Figure 8. ML results with numerical data, SVR and RFR results plotted in a damage rate against total equivalent strain plot (A) for different loading states: uniaxial tension in x- and y-direction: Tx and Ty, biaxial tension: Txy, shearing in x- and y-direction: Sx and S2y (Numerical data points before damage initiation are not plotted) and (B) compared to the analytical damage model according to Equation (25) with the parameters s = 5.06(−) and S = 0.24(MPa) for the test data of the uniaxial tension in x-direction.

5. Property-Based Design of Microstructures

With the micromechanical modeling approach, the influence of important microstructural features on the mechanical response can be investigated through numerical simulations, yielding microstructure-property relationships. Thus, it is possible to use synthetical microstructures in form of representative volume elements (RVEs) together with their homogenized mechanical response that result from micromechanical simulations as training data for Machine Learning (ML) algorithms. Consequently, the input parameters of ML models are the required mechanical properties, and these trained models shall recommend microstructures that posses such properties accordingly, which represents one way of microstructure design.

5.1. Virtual Mechanical Testing of RVEs

In a first step, 74 RVEs consisting of 100 grains with various grain size distribution parameters following a log-normal distribution function were generated using the dynamic microstructure generator (DMG) introduced in section 2.1. In this context, the average grain size μ and the standard deviation σ are varied between 6–13 and 0.1–1 μm respectively. To exclude any influence of crystallographic orientation on the deformation behavior of RVEs, 100 different sets of randomly chosen Euler angles have been assigned to all RVEs. In this way, the remaining factor influencing the strain hardening behavior must be the grain size distribution parameters of the microstructure. In the next step, the nonlocal crystal plasticity model described in section 2.2 is implemented onto a user-defined material model (UMAT) and applied in a finite element (FE) simulation with the commercial software ABAQUS to assess the mechanical response of RVEs. By using a nonlocal crystal plasticity model, size effects including the influence of grain size are taken into account. For this part of the study, a BCC crystal structure is assigned to all grains in the RVEs; nonlocal crystal plasticity parameters are summarized in Table 4 in the Appendix 7.1 (Vajragupta et al., 2017).

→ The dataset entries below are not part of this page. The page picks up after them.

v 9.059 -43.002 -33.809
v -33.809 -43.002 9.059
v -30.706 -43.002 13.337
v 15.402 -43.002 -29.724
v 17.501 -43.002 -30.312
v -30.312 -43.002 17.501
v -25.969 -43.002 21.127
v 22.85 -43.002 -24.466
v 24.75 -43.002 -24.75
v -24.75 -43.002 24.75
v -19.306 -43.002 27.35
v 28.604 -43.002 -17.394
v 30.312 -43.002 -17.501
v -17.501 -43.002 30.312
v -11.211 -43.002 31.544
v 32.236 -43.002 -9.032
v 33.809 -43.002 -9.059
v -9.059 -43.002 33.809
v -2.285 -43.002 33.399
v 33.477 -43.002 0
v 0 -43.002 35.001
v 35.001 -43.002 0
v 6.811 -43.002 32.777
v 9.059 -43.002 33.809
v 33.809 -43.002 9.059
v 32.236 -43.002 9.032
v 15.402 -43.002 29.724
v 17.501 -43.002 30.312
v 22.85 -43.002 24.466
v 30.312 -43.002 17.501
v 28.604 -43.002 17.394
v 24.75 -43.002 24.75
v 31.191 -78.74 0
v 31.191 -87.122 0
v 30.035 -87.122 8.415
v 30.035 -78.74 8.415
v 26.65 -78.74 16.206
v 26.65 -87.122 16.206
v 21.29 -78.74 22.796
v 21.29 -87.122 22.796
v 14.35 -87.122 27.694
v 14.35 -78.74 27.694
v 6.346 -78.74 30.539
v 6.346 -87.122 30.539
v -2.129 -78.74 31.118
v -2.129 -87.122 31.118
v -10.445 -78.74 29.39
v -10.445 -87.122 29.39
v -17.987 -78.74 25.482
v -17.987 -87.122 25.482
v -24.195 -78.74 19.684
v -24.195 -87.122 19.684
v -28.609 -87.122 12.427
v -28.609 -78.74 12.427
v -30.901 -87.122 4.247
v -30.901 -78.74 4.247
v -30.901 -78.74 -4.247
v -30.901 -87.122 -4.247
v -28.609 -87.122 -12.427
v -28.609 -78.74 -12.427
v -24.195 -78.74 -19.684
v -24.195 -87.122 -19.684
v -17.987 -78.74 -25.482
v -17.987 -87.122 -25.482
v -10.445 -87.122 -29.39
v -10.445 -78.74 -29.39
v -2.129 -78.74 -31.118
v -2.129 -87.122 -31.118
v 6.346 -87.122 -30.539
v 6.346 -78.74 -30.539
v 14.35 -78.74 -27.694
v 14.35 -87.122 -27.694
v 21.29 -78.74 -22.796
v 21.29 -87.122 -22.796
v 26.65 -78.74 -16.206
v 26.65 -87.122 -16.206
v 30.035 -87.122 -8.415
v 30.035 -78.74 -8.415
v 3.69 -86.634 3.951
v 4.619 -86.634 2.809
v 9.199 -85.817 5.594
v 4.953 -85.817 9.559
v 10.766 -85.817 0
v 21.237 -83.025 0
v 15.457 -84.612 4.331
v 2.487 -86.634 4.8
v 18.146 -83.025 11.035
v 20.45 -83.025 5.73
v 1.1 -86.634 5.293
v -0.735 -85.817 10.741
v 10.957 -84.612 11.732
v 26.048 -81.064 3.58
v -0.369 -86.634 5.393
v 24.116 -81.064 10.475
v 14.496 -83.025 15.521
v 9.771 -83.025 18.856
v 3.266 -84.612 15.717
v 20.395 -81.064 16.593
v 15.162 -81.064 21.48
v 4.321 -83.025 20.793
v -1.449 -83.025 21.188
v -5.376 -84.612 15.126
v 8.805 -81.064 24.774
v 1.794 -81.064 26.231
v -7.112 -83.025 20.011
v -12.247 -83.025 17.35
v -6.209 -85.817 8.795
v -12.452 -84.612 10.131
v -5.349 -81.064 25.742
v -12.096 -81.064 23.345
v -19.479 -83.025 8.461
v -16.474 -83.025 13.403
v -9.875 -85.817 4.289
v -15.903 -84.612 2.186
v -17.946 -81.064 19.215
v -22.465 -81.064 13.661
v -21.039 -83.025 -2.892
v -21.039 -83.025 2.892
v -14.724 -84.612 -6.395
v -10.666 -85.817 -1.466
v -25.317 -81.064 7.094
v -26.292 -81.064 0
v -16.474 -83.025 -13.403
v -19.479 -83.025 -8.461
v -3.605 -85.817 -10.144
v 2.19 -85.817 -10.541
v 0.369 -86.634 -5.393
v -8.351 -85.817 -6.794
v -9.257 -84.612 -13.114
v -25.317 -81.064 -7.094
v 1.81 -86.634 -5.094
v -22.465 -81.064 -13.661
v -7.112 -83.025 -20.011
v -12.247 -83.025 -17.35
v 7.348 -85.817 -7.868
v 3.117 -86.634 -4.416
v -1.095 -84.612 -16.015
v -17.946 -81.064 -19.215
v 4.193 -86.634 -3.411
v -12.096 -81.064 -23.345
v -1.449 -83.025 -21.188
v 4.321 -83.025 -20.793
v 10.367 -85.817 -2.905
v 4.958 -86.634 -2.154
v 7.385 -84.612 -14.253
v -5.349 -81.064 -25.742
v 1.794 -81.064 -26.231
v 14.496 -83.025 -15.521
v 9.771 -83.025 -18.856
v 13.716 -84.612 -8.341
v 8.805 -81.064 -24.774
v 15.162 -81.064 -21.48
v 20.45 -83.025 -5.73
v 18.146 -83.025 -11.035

5.2. Homogenization of Empirical Hardening Law

In the next step, the mechanical response of RVEs is simulated under a uniaxial tension loading condition, and macroscopic flow curves are homogenized from reference nodes using the method introduced in section 2.3.3. Examples of two RVEs with different grain size distribution parameters and the corresponding homogenized flow curves are shown in Figure 9. With a nonlocal crystal plasticity model, the influence of the grain size on the strain hardening behavior can be observed. These results prove the validity of implemented strain gradient crystal plasticity model and demonstrate that grain size effects can be incorporated properly in microstructure simulations. For the sake of simplicity, these flow curves are fitted with an empirical isotropic hardening law in order to reduce the dimensionality of the training data. In this context, the modified Voce law (Kim et al., 2013) is chosen and expressed as,

$\begin{array}{ll}{\sigma }_S=Y_0+R_{0}p+R_{inf}\left(1-\text{exp}\left(-\beta p\right)\right).& (26)\end{array}$

Y₀, R₀, R_inf, and β are material parameters to be determined, and p is the equivalent plastic strain. To parameterize the aforementioned hardening law from results of RVEs simulations, the nonlinear least square fitting method is implemented (Bates and Watts, 1988). As a result, two sets of calibrated modified Voce isotropic hardening parameters from two selected RVEs simulations are used to plot flow curves as illustrated in Figure 9. From the comparison, both fitted flow curves are in a good agreement with simulation results and can be used to represent microstructure simulations. Furthermore, the evolution of these fitted material parameters with respect to the average grain size is plotted as shown in Figure 10.

FIGURE 9

Figure 9. Flow curves comparison between 2 RVEs with different grain size distribution parameter and corresponding flow curves plotted using fitted modified Voce law parameters.

FIGURE 10

Figure 10. Influence of the average grain size on fitted material parameters of the modified Voce law (A) Y₀, (B) R₀, (C) R_inf, and (D) β.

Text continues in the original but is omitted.